In her 60 minute film that is as personal as it is accessible, one encounters not a dreamer, but instead a funny, entertaining man who was notorious for his enigmatic questions and advised his students to read Lewis Carroll’s Alice in Wonderland to learn something about human nature and the fundamental processes of evolution. This was no joke for Bateson, who was convinced that reality does not open itself through the analytical process of dissecting writing, but rather can be deduced through metaphorical and poetic language.
Long before the term “ecology” was fashionable, Bateson was driven by the question: “What are the structural reasons behind the destructive use of natural resources?” With the insight that “we” have lost the ability to recognize broad patterns, he presented his ideas to audiences not as “thesis” but instead circled around around the topic with paradoxical examples.
The film follows Bateson’s credo that the spirit that follows logic, causality and the preservation of the power needs to find balance in the realm of art and intuition.
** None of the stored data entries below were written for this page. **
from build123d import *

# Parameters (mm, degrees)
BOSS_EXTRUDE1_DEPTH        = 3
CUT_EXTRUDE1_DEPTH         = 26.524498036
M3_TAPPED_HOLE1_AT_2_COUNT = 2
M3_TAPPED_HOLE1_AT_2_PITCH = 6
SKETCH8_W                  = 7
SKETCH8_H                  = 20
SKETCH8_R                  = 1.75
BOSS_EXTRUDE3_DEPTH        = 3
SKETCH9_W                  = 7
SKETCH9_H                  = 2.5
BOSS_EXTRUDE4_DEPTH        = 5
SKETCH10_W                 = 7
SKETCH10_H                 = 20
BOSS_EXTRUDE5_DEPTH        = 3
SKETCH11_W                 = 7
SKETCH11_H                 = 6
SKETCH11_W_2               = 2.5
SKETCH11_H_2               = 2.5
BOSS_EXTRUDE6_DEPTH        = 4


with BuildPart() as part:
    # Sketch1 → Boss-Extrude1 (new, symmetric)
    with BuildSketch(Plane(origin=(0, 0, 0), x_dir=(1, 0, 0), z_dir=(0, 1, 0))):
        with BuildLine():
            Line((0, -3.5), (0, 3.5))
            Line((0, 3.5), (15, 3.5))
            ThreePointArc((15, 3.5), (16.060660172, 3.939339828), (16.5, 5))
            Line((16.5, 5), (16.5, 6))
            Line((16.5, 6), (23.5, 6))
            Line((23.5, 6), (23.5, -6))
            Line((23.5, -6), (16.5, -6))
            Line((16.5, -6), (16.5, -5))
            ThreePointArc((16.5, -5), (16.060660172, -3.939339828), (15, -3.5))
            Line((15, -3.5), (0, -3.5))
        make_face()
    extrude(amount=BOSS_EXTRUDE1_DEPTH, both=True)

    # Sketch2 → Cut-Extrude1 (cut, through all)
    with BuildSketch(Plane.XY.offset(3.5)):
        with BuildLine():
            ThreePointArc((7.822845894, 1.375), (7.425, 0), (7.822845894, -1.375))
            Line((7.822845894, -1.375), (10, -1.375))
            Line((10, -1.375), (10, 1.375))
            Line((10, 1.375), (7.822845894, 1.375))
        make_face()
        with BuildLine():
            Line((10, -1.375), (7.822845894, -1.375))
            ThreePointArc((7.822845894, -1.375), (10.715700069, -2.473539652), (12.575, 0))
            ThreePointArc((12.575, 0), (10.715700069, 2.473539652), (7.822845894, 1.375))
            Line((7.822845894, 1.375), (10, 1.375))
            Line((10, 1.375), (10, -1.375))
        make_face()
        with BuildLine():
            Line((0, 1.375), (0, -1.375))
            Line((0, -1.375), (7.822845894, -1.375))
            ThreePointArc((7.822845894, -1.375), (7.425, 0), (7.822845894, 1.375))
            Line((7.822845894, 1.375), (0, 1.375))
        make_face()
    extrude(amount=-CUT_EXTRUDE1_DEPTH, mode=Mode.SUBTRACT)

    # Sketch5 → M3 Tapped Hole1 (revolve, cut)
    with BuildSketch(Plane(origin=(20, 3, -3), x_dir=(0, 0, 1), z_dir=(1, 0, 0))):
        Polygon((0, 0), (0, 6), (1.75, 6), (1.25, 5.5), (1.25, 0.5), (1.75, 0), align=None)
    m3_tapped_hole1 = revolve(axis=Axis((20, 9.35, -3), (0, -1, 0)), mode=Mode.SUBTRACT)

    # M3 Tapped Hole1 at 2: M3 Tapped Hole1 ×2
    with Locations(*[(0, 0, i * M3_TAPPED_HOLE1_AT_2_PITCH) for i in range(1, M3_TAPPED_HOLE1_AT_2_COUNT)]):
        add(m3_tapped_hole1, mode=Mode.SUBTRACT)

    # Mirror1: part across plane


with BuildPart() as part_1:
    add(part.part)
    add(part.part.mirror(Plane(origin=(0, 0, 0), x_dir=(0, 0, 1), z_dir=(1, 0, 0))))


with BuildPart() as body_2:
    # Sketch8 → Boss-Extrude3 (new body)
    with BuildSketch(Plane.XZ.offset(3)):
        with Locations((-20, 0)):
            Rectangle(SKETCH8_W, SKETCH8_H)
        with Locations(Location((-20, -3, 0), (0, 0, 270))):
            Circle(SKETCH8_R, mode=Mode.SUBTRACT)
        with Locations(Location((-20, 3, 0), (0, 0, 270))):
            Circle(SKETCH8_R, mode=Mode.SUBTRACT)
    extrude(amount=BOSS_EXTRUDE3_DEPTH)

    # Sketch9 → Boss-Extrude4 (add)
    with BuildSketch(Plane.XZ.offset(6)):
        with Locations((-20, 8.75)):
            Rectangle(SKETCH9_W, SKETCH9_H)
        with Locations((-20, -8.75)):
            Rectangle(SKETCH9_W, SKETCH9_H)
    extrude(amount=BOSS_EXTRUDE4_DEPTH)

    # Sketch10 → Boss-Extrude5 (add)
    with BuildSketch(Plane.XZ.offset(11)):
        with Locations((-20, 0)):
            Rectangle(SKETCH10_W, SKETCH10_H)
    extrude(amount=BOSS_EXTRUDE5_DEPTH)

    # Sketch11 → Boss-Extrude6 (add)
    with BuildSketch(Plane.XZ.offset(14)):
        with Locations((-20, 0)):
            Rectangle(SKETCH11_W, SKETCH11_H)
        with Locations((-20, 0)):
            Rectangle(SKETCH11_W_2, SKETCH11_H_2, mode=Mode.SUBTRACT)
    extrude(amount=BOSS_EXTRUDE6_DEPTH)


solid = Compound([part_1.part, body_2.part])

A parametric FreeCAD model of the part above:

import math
import FreeCAD as App
import Part
import Sketcher
Q = App.Units.Quantity


def add_polygon(sketch, points):
    """Adds a closed chain of lines whose ends are joined by coincident constraints."""
    first, n = sketch.GeometryCount, len(points)
    for a, b in zip(points, points[1:] + points[:1]):
        sketch.addGeometry(Part.LineSegment(App.Vector(*a, 0), App.Vector(*b, 0)), False)
    for i in range(n):
        sketch.addConstraint(Sketcher.Constraint("Coincident", first + i, 2, first + (i + 1) % n, 1))

doc = App.newDocument("Part")
body = doc.addObject("PartDesign::Body", "Body")

# Sketch on XZ plane
sketch1 = body.newObject("Sketcher::SketchObject", "Sketch")
sketch1.AttachmentSupport = (doc.getObject("XZ_Plane"), [""])
sketch1.MapMode = "FlatFace"
sketch1.addGeometry(Part.LineSegment(App.Vector(0, -3.5, 0), App.Vector(0, 3.5, 0)), False)
sketch1.addGeometry(Part.LineSegment(App.Vector(0, 3.5, 0), App.Vector(15, 3.5, 0)), False)
sketch1.addGeometry(Part.ArcOfCircle(Part.Circle(App.Vector(15, 5, 0), App.Vector(0, 0, 1), 1.5), math.radians(-90), math.radians(0)), False)
sketch1.addGeometry(Part.LineSegment(App.Vector(16.5, 5, 0), App.Vector(16.5, 6, 0)), False)
sketch1.addGeometry(Part.LineSegment(App.Vector(16.5, 6, 0), App.Vector(23.5, 6, 0)), False)
sketch1.addGeometry(Part.LineSegment(App.Vector(23.5, 6, 0), App.Vector(23.5, -6, 0)), False)
sketch1.addGeometry(Part.LineSegment(App.Vector(23.5, -6, 0), App.Vector(16.5, -6, 0)), False)
sketch1.addGeometry(Part.LineSegment(App.Vector(16.5, -6, 0), App.Vector(16.5, -5, 0)), False)
sketch1.addGeometry(Part.ArcOfCircle(Part.Circle(App.Vector(15, -5, 0), App.Vector(0, 0, 1), 1.5), math.radians(0), math.radians(90)), False)
sketch1.addGeometry(Part.LineSegment(App.Vector(15, -3.5, 0), App.Vector(0, -3.5, 0)), False)
sketch1.addConstraint(Sketcher.Constraint("Coincident", 0, 2, 1, 1))
sketch1.addConstraint(Sketcher.Constraint("Tangent", 1, 2, 2, 1))
sketch1.addConstraint(Sketcher.Constraint("Tangent", 2, 2, 3, 1))
sketch1.addConstraint(Sketcher.Constraint("Coincident", 3, 2, 4, 1))
sketch1.addConstraint(Sketcher.Constraint("Coincident", 4, 2, 5, 1))
sketch1.addConstraint(Sketcher.Constraint("Coincident", 5, 2, 6, 1))
sketch1.addConstraint(Sketcher.Constraint("Coincident", 6, 2, 7, 1))
sketch1.addConstraint(Sketcher.Constraint("Tangent", 7, 2, 8, 1))
sketch1.addConstraint(Sketcher.Constraint("Tangent", 8, 2, 9, 1))
sketch1.addConstraint(Sketcher.Constraint("Coincident", 9, 2, 0, 1))
sketch1.addConstraint(Sketcher.Constraint("Vertical", 0))
sketch1.addConstraint(Sketcher.Constraint("Horizontal", 1))
sketch1.addConstraint(Sketcher.Constraint("Vertical", 3))
sketch1.addConstraint(Sketcher.Constraint("Horizontal", 4))
sketch1.addConstraint(Sketcher.Constraint("Vertical", 5))
sketch1.addConstraint(Sketcher.Constraint("Horizontal", 6))
sketch1.addConstraint(Sketcher.Constraint("Vertical", 7))
sketch1.addConstraint(Sketcher.Constraint("Horizontal", 9))
sketch1.addConstraint(Sketcher.Constraint("Equal", 2, 8))
sketch1.addConstraint(Sketcher.Constraint("Symmetric", 0, 2, 9, 2, -1, 1))
sketch1.addConstraint(Sketcher.Constraint("Symmetric", 3, 2, 6, 2, -1))
sketch1.addConstraint(Sketcher.Constraint("Equal", 6, 0))
sketch1.addConstraint(Sketcher.Constraint("Radius", 2, Q("1.5 mm")))
sketch1.addConstraint(Sketcher.Constraint("DistanceX", 1, 1, 1, 2, Q("15 mm")))
sketch1.addConstraint(Sketcher.Constraint("DistanceX", 4, 1, 4, 2, Q("7 mm")))
sketch1.addConstraint(Sketcher.Constraint("DistanceY", 3, 1, 3, 2, Q("1 mm")))
pad1 = body.newObject("PartDesign::Pad", "Pad")
pad1.Profile = sketch1
pad1.Length = 6
pad1.Midplane = True

# Sketch on XY plane
sketch2 = body.newObject("Sketcher::SketchObject", "Sketch001")
sketch2.AttachmentSupport = (doc.getObject("XY_Plane"), [""])
sketch2.MapMode = "FlatFace"
sketch2.AttachmentOffset = App.Placement(App.Vector(0, 0, 3.5), App.Rotation())
sketch2.addGeometry(Part.ArcOfCircle(Part.Circle(App.Vector(10, 0, 0), App.Vector(0, 0, 1), 2.6), math.radians(-148), math.radians(0)), False)
sketch2.addGeometry(Part.ArcOfCircle(Part.Circle(App.Vector(10, 0, 0), App.Vector(0, 0, 1), 2.6), math.radians(0), math.radians(148)), False)
sketch2.addGeometry(Part.LineSegment(App.Vector(7.8, 1.4, 0), App.Vector(0, 1.4, 0)), False)
sketch2.addGeometry(Part.LineSegment(App.Vector(0, 1.4, 0), App.Vector(0, -1.4, 0)), False)
sketch2.addGeometry(Part.LineSegment(App.Vector(0, -1.4, 0), App.Vector(7.8, -1.4, 0)), False)
sketch2.addConstraint(Sketcher.Constraint("Tangent", 0, 2, 1, 1))
sketch2.addConstraint(Sketcher.Constraint("Coincident", 1, 2, 2, 1))
sketch2.addConstraint(Sketcher.Constraint("Coincident", 2, 2, 3, 1))
sketch2.addConstraint(Sketcher.Constraint("Coincident", 3, 2, 4, 1))
sketch2.addConstraint(Sketcher.Constraint("Coincident", 4, 2, 0, 1))
sketch2.addConstraint(Sketcher.Constraint("Horizontal", 2))
sketch2.addConstraint(Sketcher.Constraint("Vertical", 3))
sketch2.addConstraint(Sketcher.Constraint("Horizontal", 4))
sketch2.addConstraint(Sketcher.Constraint("Equal", 0, 1))
sketch2.addConstraint(Sketcher.Constraint("Symmetric", 2, 2, 3, 2, -1, 1))
sketch2.addConstraint(Sketcher.Constraint("PointOnObject", 0, 3, -1))
sketch2.addConstraint(Sketcher.Constraint("PointOnObject", 0, 2, -1))
sketch2.addConstraint(Sketcher.Constraint("DistanceX", -1, 1, 0, 3, Q("10 mm")))
sketch2.addConstraint(Sketcher.Constraint("Radius", 0, Q("2.575 mm")))
sketch2.addConstraint(Sketcher.Constraint("DistanceY", 3, 2, 3, 1, Q("2.75 mm")))
pocket1 = body.newObject("PartDesign::Pocket", "Pocket")
pocket1.Profile = sketch2
pocket1.Type = "ThroughAll"

# Sketch on YZ plane
sketch3 = body.newObject("Sketcher::SketchObject", "Sketch002")
sketch3.AttachmentSupport = (doc.getObject("YZ_Plane"), [""])
sketch3.MapMode = "FlatFace"
sketch3.AttachmentOffset = App.Placement(App.Vector(0, 0, 20), App.Rotation())
add_polygon(sketch3, [(-3, -3), (3, -3), (3, -1.2), (2.5, -1.8), (-2.5, -1.8), (-3, -1.2)])  # lines 0-5
sketch3.addGeometry(Part.LineSegment(App.Vector(3, -3, 0), App.Vector(-3, -3, 0)), True)  # axis
sketch3.addConstraint(Sketcher.Constraint("Horizontal", 0))
sketch3.addConstraint(Sketcher.Constraint("Vertical", 1))
sketch3.addConstraint(Sketcher.Constraint("Horizontal", 3))
sketch3.addConstraint(Sketcher.Constraint("Vertical", 5))
sketch3.addConstraint(Sketcher.Constraint("Horizontal", 6))
sketch3.addConstraint(Sketcher.Constraint("Coincident", 6, 1, 0, 2))
sketch3.addConstraint(Sketcher.Constraint("Symmetric", 1, 2, 4, 2, -2))
sketch3.addConstraint(Sketcher.Constraint("Perpendicular", 2, 4))
sketch3.addConstraint(Sketcher.Constraint("Vertical", 4, 2, 6, 2))
sketch3.addConstraint(Sketcher.Constraint("Equal", 2, 4))
sketch3.addConstraint(Sketcher.Constraint("DistanceX", 0, 1, 0, 2, Q("6 mm")))
sketch3.addConstraint(Sketcher.Constraint("DistanceX", 3, 2, 3, 1, Q("5 mm")))
sketch3.addConstraint(Sketcher.Constraint("DistanceY", 0, 2, -1, 1, Q("3 mm")))
sketch3.addConstraint(Sketcher.Constraint("DistanceY", 1, 1, 1, 2, Q("1.75 mm")))
groove = body.newObject("PartDesign::Groove", "Groove")
groove.Profile = sketch3
groove.ReferenceAxis = (sketch3, ["Axis0"])
groove.Angle = 360
doc.recompute()

linearpattern = body.newObject("PartDesign::LinearPattern", "LinearPattern")
linearpattern.Originals = [groove]
linearpattern.Direction = (doc.getObject("Z_Axis"), [""])
linearpattern.Mode = "offset"
linearpattern.Offset = 6
linearpattern.Occurrences = 2
body.Tip = linearpattern
body2 = doc.addObject("PartDesign::Body", "Body001")
doc.recompute()

body2.BaseFeature = body
doc.recompute()

mirroring = doc.addObject("Part::Mirroring", "Mirroring")
mirroring.Source = body
mirroring.Base = App.Vector(0, 0, 0)
mirroring.Normal = App.Vector(1, 0, 0)
body3 = doc.addObject("PartDesign::Body", "Body002")
body3.BaseFeature = mirroring
boolean = body2.newObject("PartDesign::Boolean", "Boolean")
boolean.Type = "Fuse"
boolean.addObjects([body3])
doc.recompute()
body4 = doc.addObject("PartDesign::Body", "Body003")

# Sketch on XZ plane
sketch4 = body4.newObject("Sketcher::SketchObject", "Sketch003")
sketch4.AttachmentSupport = (doc.getObject("XZ_Plane003"), [""])
sketch4.MapMode = "FlatFace"
sketch4.AttachmentOffset = App.Placement(App.Vector(0, 0, 3), App.Rotation())
add_polygon(sketch4, [(-23.5, 10), (-23.5, -10), (-16.5, -10), (-16.5, 10)])  # lines 0-3
sketch4.addGeometry(Part.Circle(App.Vector(-20, -3, 0), App.Vector(0, 0, 1), 1.8), False)  # 4
sketch4.addGeometry(Part.Circle(App.Vector(-20, 3, 0), App.Vector(0, 0, 1), 1.8), False)  # 5
sketch4.addConstraint(Sketcher.Constraint("Vertical", 0))
sketch4.addConstraint(Sketcher.Constraint("Horizontal", 1))
sketch4.addConstraint(Sketcher.Constraint("Vertical", 2))
sketch4.addConstraint(Sketcher.Constraint("Horizontal", 3))
sketch4.addConstraint(Sketcher.Constraint("Equal", 4, 5))
sketch4.addConstraint(Sketcher.Constraint("Symmetric", 4, 3, 5, 3, -1))
sketch4.addConstraint(Sketcher.Constraint("Diameter", 4, Q("3.5 mm")))
sketch4.addConstraint(Sketcher.Constraint("DistanceX", 1, 1, 1, 2, Q("7 mm")))
sketch4.addConstraint(Sketcher.Constraint("DistanceY", 0, 2, 0, 1, Q("20 mm")))
sketch4.addConstraint(Sketcher.Constraint("DistanceX", 4, 3, -1, 1, Q("20 mm")))
sketch4.addConstraint(Sketcher.Constraint("DistanceY", 4, 3, -1, 1, Q("3 mm")))
sketch4.addConstraint(Sketcher.Constraint("DistanceY", 0, 2, -1, 1, Q("10 mm")))
sketch4.addConstraint(Sketcher.Constraint("DistanceX", 0, 2, -1, 1, Q("23.5 mm")))
pad2 = body4.newObject("PartDesign::Pad", "Pad001")
pad2.Profile = sketch4
pad2.Length = 3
Nora Bateson does not present a standard biography but instead draws a quiet and exhilarating pastiche, which uses little animated sequences that show the content of the keywords that the film touches upon… even if it involves difficult epistemological questions. The central mantra of the tireless protagonist, who interpreted the wold as an infinite set of relational events, and focused on the context of things above their singular form, has thus found a congenial cinematic form.